Close the human-audit loop
The 30-claim MAUD audit packet is frozen at data/annotations/maud_human_audit_packet.jsonl. Completed expert labels would convert MAUD's claim from "stable across two LLM judges" to "stable across two LLM judges, anchored to expert legal labels," or expose a systematic disagreement worth knowing about. Either outcome is publishable.
Matched-generation transfer that does not collapse
FActScore weakens the generation-mismatch worry but does not eliminate it. A matched-generation run on a dataset where Llama's claims do not routinely outrun the reference scope would close that gap. The FELM repair shows the failure mode to avoid: reference-bounded labels driven into not_enough_evidence.

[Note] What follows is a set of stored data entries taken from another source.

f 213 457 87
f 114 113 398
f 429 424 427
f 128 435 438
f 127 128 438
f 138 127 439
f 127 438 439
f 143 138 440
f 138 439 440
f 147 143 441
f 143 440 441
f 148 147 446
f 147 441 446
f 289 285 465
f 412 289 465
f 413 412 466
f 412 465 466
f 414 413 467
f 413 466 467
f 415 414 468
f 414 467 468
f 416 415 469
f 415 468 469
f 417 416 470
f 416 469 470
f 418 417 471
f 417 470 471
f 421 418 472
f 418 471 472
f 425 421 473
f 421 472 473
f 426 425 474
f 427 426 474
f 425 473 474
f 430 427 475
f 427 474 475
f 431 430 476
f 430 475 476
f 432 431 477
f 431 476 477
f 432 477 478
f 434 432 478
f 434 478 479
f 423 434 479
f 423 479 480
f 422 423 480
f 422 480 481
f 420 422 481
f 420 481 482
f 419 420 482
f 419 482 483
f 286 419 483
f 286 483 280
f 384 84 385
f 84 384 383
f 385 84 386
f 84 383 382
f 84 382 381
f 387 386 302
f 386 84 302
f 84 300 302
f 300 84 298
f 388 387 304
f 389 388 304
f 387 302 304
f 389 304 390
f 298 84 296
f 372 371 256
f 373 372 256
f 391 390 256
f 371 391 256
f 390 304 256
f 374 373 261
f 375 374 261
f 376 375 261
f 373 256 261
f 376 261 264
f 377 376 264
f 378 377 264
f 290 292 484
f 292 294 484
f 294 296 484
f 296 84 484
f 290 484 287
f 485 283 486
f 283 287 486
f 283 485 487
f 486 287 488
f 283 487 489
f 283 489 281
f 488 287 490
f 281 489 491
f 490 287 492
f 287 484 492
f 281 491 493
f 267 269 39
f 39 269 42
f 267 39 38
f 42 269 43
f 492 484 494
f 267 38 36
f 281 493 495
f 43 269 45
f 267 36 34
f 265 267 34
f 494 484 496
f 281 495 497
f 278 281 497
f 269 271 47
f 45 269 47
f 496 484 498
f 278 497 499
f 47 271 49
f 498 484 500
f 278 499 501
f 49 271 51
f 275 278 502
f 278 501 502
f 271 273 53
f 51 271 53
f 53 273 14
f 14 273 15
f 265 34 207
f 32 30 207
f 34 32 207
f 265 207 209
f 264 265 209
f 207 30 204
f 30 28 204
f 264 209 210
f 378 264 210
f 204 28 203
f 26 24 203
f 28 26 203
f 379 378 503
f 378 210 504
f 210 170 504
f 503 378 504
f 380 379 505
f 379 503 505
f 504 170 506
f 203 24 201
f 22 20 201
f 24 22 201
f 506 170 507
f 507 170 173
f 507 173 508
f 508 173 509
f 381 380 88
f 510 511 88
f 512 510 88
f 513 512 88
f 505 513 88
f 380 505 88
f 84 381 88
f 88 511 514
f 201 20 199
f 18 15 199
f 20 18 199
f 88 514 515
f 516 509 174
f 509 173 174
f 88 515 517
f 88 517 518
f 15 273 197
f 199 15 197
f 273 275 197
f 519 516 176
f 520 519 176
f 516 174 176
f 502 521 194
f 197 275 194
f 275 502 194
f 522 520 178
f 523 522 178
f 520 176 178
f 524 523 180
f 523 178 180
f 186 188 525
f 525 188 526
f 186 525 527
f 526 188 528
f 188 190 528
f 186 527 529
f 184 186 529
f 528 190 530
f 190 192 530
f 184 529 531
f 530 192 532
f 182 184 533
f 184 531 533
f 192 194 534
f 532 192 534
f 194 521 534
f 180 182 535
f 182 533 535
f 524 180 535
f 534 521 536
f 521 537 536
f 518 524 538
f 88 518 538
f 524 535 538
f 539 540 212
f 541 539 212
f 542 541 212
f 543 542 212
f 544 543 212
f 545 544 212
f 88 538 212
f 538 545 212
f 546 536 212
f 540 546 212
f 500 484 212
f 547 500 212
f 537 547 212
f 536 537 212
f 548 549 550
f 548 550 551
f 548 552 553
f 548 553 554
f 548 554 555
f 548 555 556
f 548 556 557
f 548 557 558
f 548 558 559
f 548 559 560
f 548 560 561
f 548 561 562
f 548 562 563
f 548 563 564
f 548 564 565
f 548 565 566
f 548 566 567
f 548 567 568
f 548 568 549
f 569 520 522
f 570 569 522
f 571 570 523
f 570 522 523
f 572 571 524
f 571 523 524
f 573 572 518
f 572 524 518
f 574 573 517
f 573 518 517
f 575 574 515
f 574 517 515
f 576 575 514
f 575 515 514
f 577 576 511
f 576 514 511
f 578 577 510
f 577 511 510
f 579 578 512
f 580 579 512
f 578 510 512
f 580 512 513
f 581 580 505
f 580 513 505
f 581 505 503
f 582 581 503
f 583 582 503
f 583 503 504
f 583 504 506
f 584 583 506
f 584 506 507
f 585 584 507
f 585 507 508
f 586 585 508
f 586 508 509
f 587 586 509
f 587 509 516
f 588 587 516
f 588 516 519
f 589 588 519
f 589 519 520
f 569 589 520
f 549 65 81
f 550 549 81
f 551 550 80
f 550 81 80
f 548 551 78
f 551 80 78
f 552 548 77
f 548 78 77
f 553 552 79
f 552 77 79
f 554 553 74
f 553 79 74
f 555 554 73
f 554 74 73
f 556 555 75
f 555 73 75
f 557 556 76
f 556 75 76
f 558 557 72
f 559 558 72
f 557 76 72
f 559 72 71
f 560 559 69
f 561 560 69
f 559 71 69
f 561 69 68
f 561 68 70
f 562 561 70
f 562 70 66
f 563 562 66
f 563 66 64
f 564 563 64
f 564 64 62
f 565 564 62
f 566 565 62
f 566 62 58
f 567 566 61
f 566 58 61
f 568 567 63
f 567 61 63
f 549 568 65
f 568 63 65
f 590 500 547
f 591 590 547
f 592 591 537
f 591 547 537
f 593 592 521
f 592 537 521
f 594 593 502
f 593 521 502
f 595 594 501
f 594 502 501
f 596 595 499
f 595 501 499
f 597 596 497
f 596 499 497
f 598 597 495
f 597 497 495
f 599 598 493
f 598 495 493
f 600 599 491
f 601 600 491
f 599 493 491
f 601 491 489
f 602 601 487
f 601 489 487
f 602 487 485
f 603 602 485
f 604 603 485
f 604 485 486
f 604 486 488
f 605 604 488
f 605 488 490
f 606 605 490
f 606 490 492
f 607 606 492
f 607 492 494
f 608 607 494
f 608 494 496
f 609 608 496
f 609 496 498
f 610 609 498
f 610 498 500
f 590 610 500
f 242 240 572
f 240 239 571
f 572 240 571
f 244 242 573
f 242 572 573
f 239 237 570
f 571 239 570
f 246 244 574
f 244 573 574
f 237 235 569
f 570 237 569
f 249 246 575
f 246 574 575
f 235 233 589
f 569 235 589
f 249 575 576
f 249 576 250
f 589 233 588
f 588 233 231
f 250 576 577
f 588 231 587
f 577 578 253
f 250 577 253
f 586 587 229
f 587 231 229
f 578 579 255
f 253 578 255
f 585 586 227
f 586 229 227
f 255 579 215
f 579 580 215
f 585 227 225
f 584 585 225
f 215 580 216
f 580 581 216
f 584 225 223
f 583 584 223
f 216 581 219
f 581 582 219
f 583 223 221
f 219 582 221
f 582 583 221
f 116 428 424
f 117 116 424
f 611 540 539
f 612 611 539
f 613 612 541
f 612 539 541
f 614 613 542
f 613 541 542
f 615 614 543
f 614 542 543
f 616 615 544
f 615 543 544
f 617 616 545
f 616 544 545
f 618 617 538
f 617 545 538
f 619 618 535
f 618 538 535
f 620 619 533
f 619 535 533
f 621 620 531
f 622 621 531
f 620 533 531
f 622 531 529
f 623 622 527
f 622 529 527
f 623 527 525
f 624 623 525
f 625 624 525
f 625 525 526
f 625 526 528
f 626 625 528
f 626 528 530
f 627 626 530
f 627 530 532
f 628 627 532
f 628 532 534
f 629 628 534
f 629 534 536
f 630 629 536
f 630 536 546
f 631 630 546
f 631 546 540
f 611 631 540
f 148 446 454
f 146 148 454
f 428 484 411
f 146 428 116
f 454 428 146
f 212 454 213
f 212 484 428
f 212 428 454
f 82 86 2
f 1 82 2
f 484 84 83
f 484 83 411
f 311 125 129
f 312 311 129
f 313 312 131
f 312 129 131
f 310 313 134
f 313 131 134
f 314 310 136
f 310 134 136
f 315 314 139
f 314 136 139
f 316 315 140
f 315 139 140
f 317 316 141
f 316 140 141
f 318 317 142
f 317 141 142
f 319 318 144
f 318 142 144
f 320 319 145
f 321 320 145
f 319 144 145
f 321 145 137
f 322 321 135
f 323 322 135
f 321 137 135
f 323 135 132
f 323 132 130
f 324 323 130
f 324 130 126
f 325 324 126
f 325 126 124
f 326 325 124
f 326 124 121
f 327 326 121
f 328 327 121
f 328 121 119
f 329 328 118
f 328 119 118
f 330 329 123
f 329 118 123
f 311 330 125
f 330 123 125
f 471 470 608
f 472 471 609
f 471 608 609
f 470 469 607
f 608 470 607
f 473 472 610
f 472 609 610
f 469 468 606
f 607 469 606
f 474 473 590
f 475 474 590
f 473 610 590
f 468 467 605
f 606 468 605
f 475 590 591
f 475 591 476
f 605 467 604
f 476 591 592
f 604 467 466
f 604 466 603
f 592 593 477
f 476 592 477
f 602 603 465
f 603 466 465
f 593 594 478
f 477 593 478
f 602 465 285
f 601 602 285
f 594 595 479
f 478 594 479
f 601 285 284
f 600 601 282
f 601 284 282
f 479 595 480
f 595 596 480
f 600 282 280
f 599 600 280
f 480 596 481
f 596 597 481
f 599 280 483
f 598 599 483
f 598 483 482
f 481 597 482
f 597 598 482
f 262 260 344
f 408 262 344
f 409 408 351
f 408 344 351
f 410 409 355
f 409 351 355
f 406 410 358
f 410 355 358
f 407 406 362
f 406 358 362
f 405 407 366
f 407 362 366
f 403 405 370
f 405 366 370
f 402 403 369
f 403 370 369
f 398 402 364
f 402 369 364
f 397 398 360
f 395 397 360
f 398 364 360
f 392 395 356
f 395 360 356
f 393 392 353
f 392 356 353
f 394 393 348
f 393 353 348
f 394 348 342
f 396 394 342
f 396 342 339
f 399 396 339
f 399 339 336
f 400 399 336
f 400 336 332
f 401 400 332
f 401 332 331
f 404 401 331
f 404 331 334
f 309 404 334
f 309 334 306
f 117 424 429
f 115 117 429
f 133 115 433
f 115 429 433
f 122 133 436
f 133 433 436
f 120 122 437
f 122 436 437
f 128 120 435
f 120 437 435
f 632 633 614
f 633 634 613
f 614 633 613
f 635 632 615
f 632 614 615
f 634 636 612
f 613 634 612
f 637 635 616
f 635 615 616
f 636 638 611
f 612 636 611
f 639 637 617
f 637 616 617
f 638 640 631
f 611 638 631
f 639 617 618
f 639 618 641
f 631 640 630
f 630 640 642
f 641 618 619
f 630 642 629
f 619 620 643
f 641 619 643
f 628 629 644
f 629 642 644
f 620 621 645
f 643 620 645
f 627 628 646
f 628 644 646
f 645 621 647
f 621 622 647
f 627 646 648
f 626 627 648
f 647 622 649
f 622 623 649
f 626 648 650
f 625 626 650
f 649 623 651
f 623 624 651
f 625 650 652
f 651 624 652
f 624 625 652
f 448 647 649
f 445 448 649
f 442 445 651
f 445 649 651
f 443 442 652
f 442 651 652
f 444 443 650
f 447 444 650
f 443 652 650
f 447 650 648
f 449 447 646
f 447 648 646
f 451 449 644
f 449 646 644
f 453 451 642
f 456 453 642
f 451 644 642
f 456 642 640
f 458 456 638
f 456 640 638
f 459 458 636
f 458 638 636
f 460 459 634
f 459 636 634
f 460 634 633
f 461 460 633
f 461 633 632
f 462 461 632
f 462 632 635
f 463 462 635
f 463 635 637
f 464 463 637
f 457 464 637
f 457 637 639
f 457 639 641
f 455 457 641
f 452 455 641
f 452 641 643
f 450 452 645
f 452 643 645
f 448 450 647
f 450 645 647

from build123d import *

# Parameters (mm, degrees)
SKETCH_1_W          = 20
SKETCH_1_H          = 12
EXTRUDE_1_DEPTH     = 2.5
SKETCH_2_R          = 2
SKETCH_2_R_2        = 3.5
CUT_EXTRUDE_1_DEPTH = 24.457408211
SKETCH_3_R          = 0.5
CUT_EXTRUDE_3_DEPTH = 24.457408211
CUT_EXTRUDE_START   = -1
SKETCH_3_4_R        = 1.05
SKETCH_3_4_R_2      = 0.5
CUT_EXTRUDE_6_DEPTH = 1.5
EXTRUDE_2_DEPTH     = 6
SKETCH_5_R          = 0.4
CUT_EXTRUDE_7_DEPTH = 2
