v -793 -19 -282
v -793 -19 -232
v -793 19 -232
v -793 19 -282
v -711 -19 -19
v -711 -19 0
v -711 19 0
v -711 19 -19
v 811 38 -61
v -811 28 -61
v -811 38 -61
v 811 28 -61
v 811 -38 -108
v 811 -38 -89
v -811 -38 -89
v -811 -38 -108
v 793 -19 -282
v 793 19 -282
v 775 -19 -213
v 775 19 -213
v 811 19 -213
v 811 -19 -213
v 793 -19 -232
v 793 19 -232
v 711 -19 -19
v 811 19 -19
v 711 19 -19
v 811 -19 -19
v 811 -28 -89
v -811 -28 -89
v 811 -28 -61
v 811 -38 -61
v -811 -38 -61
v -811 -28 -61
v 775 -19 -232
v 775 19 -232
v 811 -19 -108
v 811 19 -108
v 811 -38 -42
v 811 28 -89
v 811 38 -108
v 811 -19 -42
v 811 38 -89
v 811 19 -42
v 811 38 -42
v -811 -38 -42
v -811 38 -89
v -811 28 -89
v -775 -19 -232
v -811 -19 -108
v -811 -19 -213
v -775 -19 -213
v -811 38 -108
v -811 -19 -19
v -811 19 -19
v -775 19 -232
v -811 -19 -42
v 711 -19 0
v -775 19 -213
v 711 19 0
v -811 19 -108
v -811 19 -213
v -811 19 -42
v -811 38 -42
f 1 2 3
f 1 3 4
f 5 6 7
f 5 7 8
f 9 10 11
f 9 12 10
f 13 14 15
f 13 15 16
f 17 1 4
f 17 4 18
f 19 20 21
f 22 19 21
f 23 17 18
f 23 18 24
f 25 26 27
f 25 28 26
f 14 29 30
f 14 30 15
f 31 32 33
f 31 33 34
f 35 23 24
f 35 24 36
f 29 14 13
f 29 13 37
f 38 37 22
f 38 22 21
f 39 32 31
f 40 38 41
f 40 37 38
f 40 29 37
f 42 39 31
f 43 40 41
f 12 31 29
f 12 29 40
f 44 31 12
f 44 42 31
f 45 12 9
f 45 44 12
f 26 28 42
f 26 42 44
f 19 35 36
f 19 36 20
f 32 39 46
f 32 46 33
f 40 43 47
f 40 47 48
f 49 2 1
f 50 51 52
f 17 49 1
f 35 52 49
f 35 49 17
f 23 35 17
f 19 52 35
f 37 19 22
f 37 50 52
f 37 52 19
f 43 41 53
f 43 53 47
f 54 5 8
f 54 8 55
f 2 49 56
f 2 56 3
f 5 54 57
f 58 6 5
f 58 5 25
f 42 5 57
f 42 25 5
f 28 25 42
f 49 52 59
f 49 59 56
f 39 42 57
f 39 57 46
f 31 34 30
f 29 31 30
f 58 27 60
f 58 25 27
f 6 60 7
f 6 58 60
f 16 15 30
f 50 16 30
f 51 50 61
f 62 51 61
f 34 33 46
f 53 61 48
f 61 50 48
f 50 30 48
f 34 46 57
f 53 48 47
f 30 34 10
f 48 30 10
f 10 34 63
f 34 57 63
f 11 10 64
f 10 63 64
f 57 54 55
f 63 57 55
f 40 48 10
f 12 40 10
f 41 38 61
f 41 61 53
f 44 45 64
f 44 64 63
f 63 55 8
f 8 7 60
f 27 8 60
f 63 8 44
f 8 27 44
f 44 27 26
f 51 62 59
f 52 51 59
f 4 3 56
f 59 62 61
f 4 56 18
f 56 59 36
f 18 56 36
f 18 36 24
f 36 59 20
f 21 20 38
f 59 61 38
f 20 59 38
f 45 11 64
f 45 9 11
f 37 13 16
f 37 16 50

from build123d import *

# Parameters (mm, degrees)
F1_DEPTH = 19
F3_DEPTH = 811


with BuildPart() as f1:
    # F0 (on Front) → F1 (new body, symmetric)
    with BuildSketch(Plane.XZ):
        Polygon((711, 0), (0, 0), (-711, 0), (-711, -19), (-811, -19), (-811, -213), (-775, -213), (-775, -232), (-793, -232), (-793, -282), (0, -282), (793, -282), (793, -232), (775, -232), (775, -213), (811, -213), (811, -19), (711, -19), align=None)
    extrude(amount=F1_DEPTH, both=True)

    # F2 (on Right) → F3 (join, symmetric)
    with BuildSketch(Plane.YZ):
        Polygon((38, -42), (-38, -42), (-38, -61), (-28, -61), (-28, -89), (-38, -89), (-38, -108), (38, -108), (38, -89), (28, -89), (28, -61), (38, -61), align=None)
    extrude(amount=F3_DEPTH, both=True)


solid = f1.part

Layer sweep and second model family
All probes are layer 19, chosen because the Goodfire SAE was trained there. A small layer sweep would document how localized the signal is. A second model family at 7-13B parameters would say whether the gap is a Llama representation quirk or a more general property of instruction-tuned residual streams.
The result is a bounded interpretability win. A linear readout of hidden activations sees something the model's own structured confidence misses, and the gap is the same size on legal QA and on biography factuality. It does not give us a compact SAE feature story, a legal-truth adjudicator, or a domain-general hallucination detector.
The remaining questions sit on label provenance and matched-generation transfer, not on probe architecture. Downstream tools building on this should expose claim construction and label-provenance assumptions to users, rather than hiding them behind opaque confidence scores. The probe is only as honest as the labels it was trained on.